Task objective:
Copy every entry exactly.

──────────

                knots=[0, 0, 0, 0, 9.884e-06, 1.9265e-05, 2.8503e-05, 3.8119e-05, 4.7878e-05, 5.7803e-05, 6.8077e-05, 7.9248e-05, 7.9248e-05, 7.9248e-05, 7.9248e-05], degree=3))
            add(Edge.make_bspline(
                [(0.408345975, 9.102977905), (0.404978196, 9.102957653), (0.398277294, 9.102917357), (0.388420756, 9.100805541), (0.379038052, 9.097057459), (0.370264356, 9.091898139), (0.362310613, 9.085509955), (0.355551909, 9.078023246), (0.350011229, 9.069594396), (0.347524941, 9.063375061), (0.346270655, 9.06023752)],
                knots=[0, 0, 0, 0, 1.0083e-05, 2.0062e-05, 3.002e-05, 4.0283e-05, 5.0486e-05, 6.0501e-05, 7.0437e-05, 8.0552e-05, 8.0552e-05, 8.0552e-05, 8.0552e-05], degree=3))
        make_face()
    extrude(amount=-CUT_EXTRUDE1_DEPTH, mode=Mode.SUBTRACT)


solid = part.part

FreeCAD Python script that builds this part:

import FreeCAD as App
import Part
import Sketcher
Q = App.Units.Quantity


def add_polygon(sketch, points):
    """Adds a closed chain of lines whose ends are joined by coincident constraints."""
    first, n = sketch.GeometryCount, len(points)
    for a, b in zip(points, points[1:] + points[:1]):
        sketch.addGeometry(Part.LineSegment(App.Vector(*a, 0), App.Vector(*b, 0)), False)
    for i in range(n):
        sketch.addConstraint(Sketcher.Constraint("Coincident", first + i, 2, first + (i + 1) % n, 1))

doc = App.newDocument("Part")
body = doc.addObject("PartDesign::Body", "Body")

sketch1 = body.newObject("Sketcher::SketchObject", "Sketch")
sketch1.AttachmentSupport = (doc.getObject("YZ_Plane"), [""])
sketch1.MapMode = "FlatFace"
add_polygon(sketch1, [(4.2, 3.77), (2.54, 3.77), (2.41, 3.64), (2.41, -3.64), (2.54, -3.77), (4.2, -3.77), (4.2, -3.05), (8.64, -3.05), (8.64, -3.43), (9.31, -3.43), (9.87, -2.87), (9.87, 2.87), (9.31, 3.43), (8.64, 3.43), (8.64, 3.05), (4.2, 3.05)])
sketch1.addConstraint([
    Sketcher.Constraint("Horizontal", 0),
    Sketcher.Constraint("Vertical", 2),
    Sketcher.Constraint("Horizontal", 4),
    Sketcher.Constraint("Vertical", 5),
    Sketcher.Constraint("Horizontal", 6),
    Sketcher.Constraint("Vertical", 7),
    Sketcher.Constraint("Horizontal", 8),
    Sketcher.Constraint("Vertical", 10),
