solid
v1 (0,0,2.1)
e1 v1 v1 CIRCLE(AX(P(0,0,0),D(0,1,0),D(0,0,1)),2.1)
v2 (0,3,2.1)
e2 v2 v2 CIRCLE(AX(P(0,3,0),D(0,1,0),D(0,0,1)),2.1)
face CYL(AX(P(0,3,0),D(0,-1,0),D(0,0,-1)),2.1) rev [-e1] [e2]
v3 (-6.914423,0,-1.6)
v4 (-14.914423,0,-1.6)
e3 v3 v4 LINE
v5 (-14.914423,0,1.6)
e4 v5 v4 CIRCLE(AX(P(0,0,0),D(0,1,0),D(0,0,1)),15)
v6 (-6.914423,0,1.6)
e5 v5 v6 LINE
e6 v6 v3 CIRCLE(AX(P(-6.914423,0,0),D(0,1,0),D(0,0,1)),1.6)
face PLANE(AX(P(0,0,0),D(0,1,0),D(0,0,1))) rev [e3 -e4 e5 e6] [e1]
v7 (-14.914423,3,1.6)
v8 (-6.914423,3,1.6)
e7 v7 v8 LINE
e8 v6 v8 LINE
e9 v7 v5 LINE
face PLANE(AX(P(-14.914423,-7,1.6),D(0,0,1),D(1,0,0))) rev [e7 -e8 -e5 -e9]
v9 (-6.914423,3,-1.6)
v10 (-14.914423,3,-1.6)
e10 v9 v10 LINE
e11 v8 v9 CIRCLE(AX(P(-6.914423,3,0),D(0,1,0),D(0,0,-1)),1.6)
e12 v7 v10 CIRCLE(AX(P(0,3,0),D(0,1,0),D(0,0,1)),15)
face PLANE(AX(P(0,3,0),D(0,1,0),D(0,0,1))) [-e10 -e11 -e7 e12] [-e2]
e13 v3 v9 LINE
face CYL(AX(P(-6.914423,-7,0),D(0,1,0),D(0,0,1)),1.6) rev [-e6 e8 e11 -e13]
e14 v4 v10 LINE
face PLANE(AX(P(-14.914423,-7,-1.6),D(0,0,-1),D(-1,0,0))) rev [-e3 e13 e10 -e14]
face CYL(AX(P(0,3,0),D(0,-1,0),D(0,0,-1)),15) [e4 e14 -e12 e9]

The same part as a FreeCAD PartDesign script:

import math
import FreeCAD as App
import Part
import Sketcher
Q = App.Units.Quantity

doc = App.newDocument("Part")
body = doc.addObject("PartDesign::Body", "Body")

# Sketch on XZ plane
sketch1 = body.newObject("Sketcher::SketchObject", "Sketch")
sketch1.AttachmentSupport = (doc.getObject("XZ_Plane"), [""])
sketch1.MapMode = "FlatFace"
sketch1.addGeometry([
    Part.Circle(App.Vector(0, 0, 0), App.Vector(0, 0, 1), 15),
    Part.Circle(App.Vector(0, 0, 0), App.Vector(0, 0, 1), 2.1),
], False)
sketch1.addConstraint([
    Sketcher.Constraint("Coincident", 0, 3, -1, 1),
    Sketcher.Constraint("Coincident", 1, 3, -1, 1),
    Sketcher.Constraint("Diameter", 0, Q("30 mm")),
    Sketcher.Constraint("Diameter", 1, Q("4.2 mm")),
])
pad1 = body.newObject("PartDesign::Pad", "Pad")
pad1.Profile = sketch1
pad1.Length = 3
pad1.Reversed = True

# Sketch on XZ plane
sketch2 = body.newObject("Sketcher::SketchObject", "Sketch001")
sketch2.AttachmentSupport = (doc.getObject("XZ_Plane"), [""])
sketch2.MapMode = "FlatFace"
sketch2.AttachmentOffset = App.Placement(App.Vector(0, 0, -3), App.Rotation())
sketch2.addGeometry([
    Part.LineSegment(App.Vector(-6.9, -1.6, 0), App.Vector(-14.9, -1.6, 0)),
    Part.ArcOfCircle(Part.Circle(App.Vector(-14.9, 0, 0), App.Vector(0, 0, 1), 1.6), math.radians(90), math.radians(270)),
    Part.LineSegment(App.Vector(-14.9, 1.6, 0), App.Vector(-6.9, 1.6, 0)),
    Part.ArcOfCircle(Part.Circle(App.Vector(-6.9, 0, 0), App.Vector(0, 0, 1), 1.6), math.radians(-90), math.radians(90)),
], False)
sketch2.addConstraint([
    Sketcher.Constraint("Tangent", 0, 2, 1, 2),
    Sketcher.Constraint("Tangent", 1, 1, 2, 1),
    Sketcher.Constraint("Tangent", 2, 2, 3, 2),
    Sketcher.Constraint("Tangent", 3, 1, 0, 1),
    Sketcher.Constraint("Horizontal", 0),
    Sketcher.Constraint("Horizontal", 2),
    Sketcher.Constraint("PointOnObject", 1, 3, -1),
    Sketcher.Constraint("Radius", 1, Q("1.6 mm")),
    Sketcher.Constraint("DistanceX", 0, 2, 0, 1, Q("8 mm")),
    Sketcher.Constraint("DistanceX", 1, 3, -1, 1, Q("14.914423 mm")),
])
pocket1 = body.newObject("PartDesign::Pocket", "Pocket")
pocket1.Profile = sketch2
pocket1.Length = 10
pocket1.Reversed = True

doc.recompute()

──────────

Worked solution:
                knots=[0, 0, 0, 0, 9.884e-06, 1.9265e-05, 2.8503e-05, 3.8119e-05, 4.7878e-05, 5.7803e-05, 6.8077e-05, 7.9248e-05, 7.9248e-05, 7.9248e-05, 7.9248e-05], degree=3))
            add(Edge.make_bspline(
                [(0.408345975, 9.102977905), (0.404978196, 9.102957653), (0.398277294, 9.102917357), (0.388420756, 9.100805541), (0.379038052, 9.097057459), (0.370264356, 9.091898139), (0.362310613, 9.085509955), (0.355551909, 9.078023246), (0.350011229, 9.069594396), (0.347524941, 9.063375061), (0.346270655, 9.06023752)],
                knots=[0, 0, 0, 0, 1.0083e-05, 2.0062e-05, 3.002e-05, 4.0283e-05, 5.0486e-05, 6.0501e-05, 7.0437e-05, 8.0552e-05, 8.0552e-05, 8.0552e-05, 8.0552e-05], degree=3))
        make_face()
    extrude(amount=-CUT_EXTRUDE1_DEPTH, mode=Mode.SUBTRACT)


solid = part.part

FreeCAD Python script that builds this part:

import FreeCAD as App
import Part
import Sketcher
Q = App.Units.Quantity


def add_polygon(sketch, points):
    """Adds a closed chain of lines whose ends are joined by coincident constraints."""
    first, n = sketch.GeometryCount, len(points)
    for a, b in zip(points, points[1:] + points[:1]):
        sketch.addGeometry(Part.LineSegment(App.Vector(*a, 0), App.Vector(*b, 0)), False)
    for i in range(n):
        sketch.addConstraint(Sketcher.Constraint("Coincident", first + i, 2, first + (i + 1) % n, 1))

doc = App.newDocument("Part")
body = doc.addObject("PartDesign::Body", "Body")

sketch1 = body.newObject("Sketcher::SketchObject", "Sketch")
sketch1.AttachmentSupport = (doc.getObject("YZ_Plane"), [""])
sketch1.MapMode = "FlatFace"
add_polygon(sketch1, [(4.2, 3.77), (2.54, 3.77), (2.41, 3.64), (2.41, -3.64), (2.54, -3.77), (4.2, -3.77), (4.2, -3.05), (8.64, -3.05), (8.64, -3.43), (9.31, -3.43), (9.87, -2.87), (9.87, 2.87), (9.31, 3.43), (8.64, 3.43), (8.64, 3.05), (4.2, 3.05)])
sketch1.addConstraint([
    Sketcher.Constraint("Horizontal", 0),
    Sketcher.Constraint("Vertical", 2),
    Sketcher.Constraint("Horizontal", 4),
    Sketcher.Constraint("Vertical", 5),
    Sketcher.Constraint("Horizontal", 6),
    Sketcher.Constraint("Vertical", 7),
    Sketcher.Constraint("Horizontal", 8),
    Sketcher.Constraint("Vertical", 10),
solid
v1 (0,0,2.1)
e1 v1 v1 CIRCLE(AX(P(0,0,0),D(0,1,0),D(0,0,1)),2.1)
v2 (0,3,2.1)
e2 v2 v2 CIRCLE(AX(P(0,3,0),D(0,1,0),D(0,0,1)),2.1)
face CYL(AX(P(0,3,0),D(0,-1,0),D(0,0,-1)),2.1) rev [-e1] [e2]
v3 (-6.914423,0,-1.6)
v4 (-14.914423,0,-1.6)
e3 v3 v4 LINE
v5 (-14.914423,0,1.6)
e4 v5 v4 CIRCLE(AX(P(0,0,0),D(0,1,0),D(0,0,1)),15)
v6 (-6.914423,0,1.6)
e5 v5 v6 LINE
e6 v6 v3 CIRCLE(AX(P(-6.914423,0,0),D(0,1,0),D(0,0,1)),1.6)
face PLANE(AX(P(0,0,0),D(0,1,0),D(0,0,1))) rev [e3 -e4 e5 e6] [e1]
v7 (-14.914423,3,1.6)
v8 (-6.914423,3,1.6)
e7 v7 v8 LINE
e8 v6 v8 LINE
e9 v7 v5 LINE
face PLANE(AX(P(-14.914423,-7,1.6),D(0,0,1),D(1,0,0))) rev [e7 -e8 -e5 -e9]
v9 (-6.914423,3,-1.6)
v10 (-14.914423,3,-1.6)
e10 v9 v10 LINE
e11 v8 v9 CIRCLE(AX(P(-6.914423,3,0),D(0,1,0),D(0,0,-1)),1.6)
e12 v7 v10 CIRCLE(AX(P(0,3,0),D(0,1,0),D(0,0,1)),15)
face PLANE(AX(P(0,3,0),D(0,1,0),D(0,0,1))) [-e10 -e11 -e7 e12] [-e2]
e13 v3 v9 LINE
face CYL(AX(P(-6.914423,-7,0),D(0,1,0),D(0,0,1)),1.6) rev [-e6 e8 e11 -e13]
e14 v4 v10 LINE
face PLANE(AX(P(-14.914423,-7,-1.6),D(0,0,-1),D(-1,0,0))) rev [-e3 e13 e10 -e14]
face CYL(AX(P(0,3,0),D(0,-1,0),D(0,0,-1)),15) [e4 e14 -e12 e9]

The same part as a FreeCAD PartDesign script:

import math
import FreeCAD as App
import Part
import Sketcher
Q = App.Units.Quantity

doc = App.newDocument("Part")
body = doc.addObject("PartDesign::Body", "Body")

# Sketch on XZ plane
sketch1 = body.newObject("Sketcher::SketchObject", "Sketch")
sketch1.AttachmentSupport = (doc.getObject("XZ_Plane"), [""])
sketch1.MapMode = "FlatFace"
sketch1.addGeometry([
    Part.Circle(App.Vector(0, 0, 0), App.Vector(0, 0, 1), 15),
    Part.Circle(App.Vector(0, 0, 0), App.Vector(0, 0, 1), 2.1),
], False)
sketch1.addConstraint([
    Sketcher.Constraint("Coincident", 0, 3, -1, 1),
    Sketcher.Constraint("Coincident", 1, 3, -1, 1),
    Sketcher.Constraint("Diameter", 0, Q("30 mm")),
    Sketcher.Constraint("Diameter", 1, Q("4.2 mm")),
])
pad1 = body.newObject("PartDesign::Pad", "Pad")
pad1.Profile = sketch1
pad1.Length = 3
pad1.Reversed = True

# Sketch on XZ plane
sketch2 = body.newObject("Sketcher::SketchObject", "Sketch001")
sketch2.AttachmentSupport = (doc.getObject("XZ_Plane"), [""])
sketch2.MapMode = "FlatFace"
sketch2.AttachmentOffset = App.Placement(App.Vector(0, 0, -3), App.Rotation())
sketch2.addGeometry([
    Part.LineSegment(App.Vector(-6.9, -1.6, 0), App.Vector(-14.9, -1.6, 0)),
    Part.ArcOfCircle(Part.Circle(App.Vector(-14.9, 0, 0), App.Vector(0, 0, 1), 1.6), math.radians(90), math.radians(270)),
    Part.LineSegment(App.Vector(-14.9, 1.6, 0), App.Vector(-6.9, 1.6, 0)),
    Part.ArcOfCircle(Part.Circle(App.Vector(-6.9, 0, 0), App.Vector(0, 0, 1), 1.6), math.radians(-90), math.radians(90)),
], False)
sketch2.addConstraint([
    Sketcher.Constraint("Tangent", 0, 2, 1, 2),
    Sketcher.Constraint("Tangent", 1, 1, 2, 1),
    Sketcher.Constraint("Tangent", 2, 2, 3, 2),
    Sketcher.Constraint("Tangent", 3, 1, 0, 1),
    Sketcher.Constraint("Horizontal", 0),
    Sketcher.Constraint("Horizontal", 2),
    Sketcher.Constraint("PointOnObject", 1, 3, -1),
    Sketcher.Constraint("Radius", 1, Q("1.6 mm")),
    Sketcher.Constraint("DistanceX", 0, 2, 0, 1, Q("8 mm")),
    Sketcher.Constraint("DistanceX", 1, 3, -1, 1, Q("14.914423 mm")),
])
pocket1 = body.newObject("PartDesign::Pocket", "Pocket")
pocket1.Profile = sketch2
pocket1.Length = 10
pocket1.Reversed = True

doc.recompute()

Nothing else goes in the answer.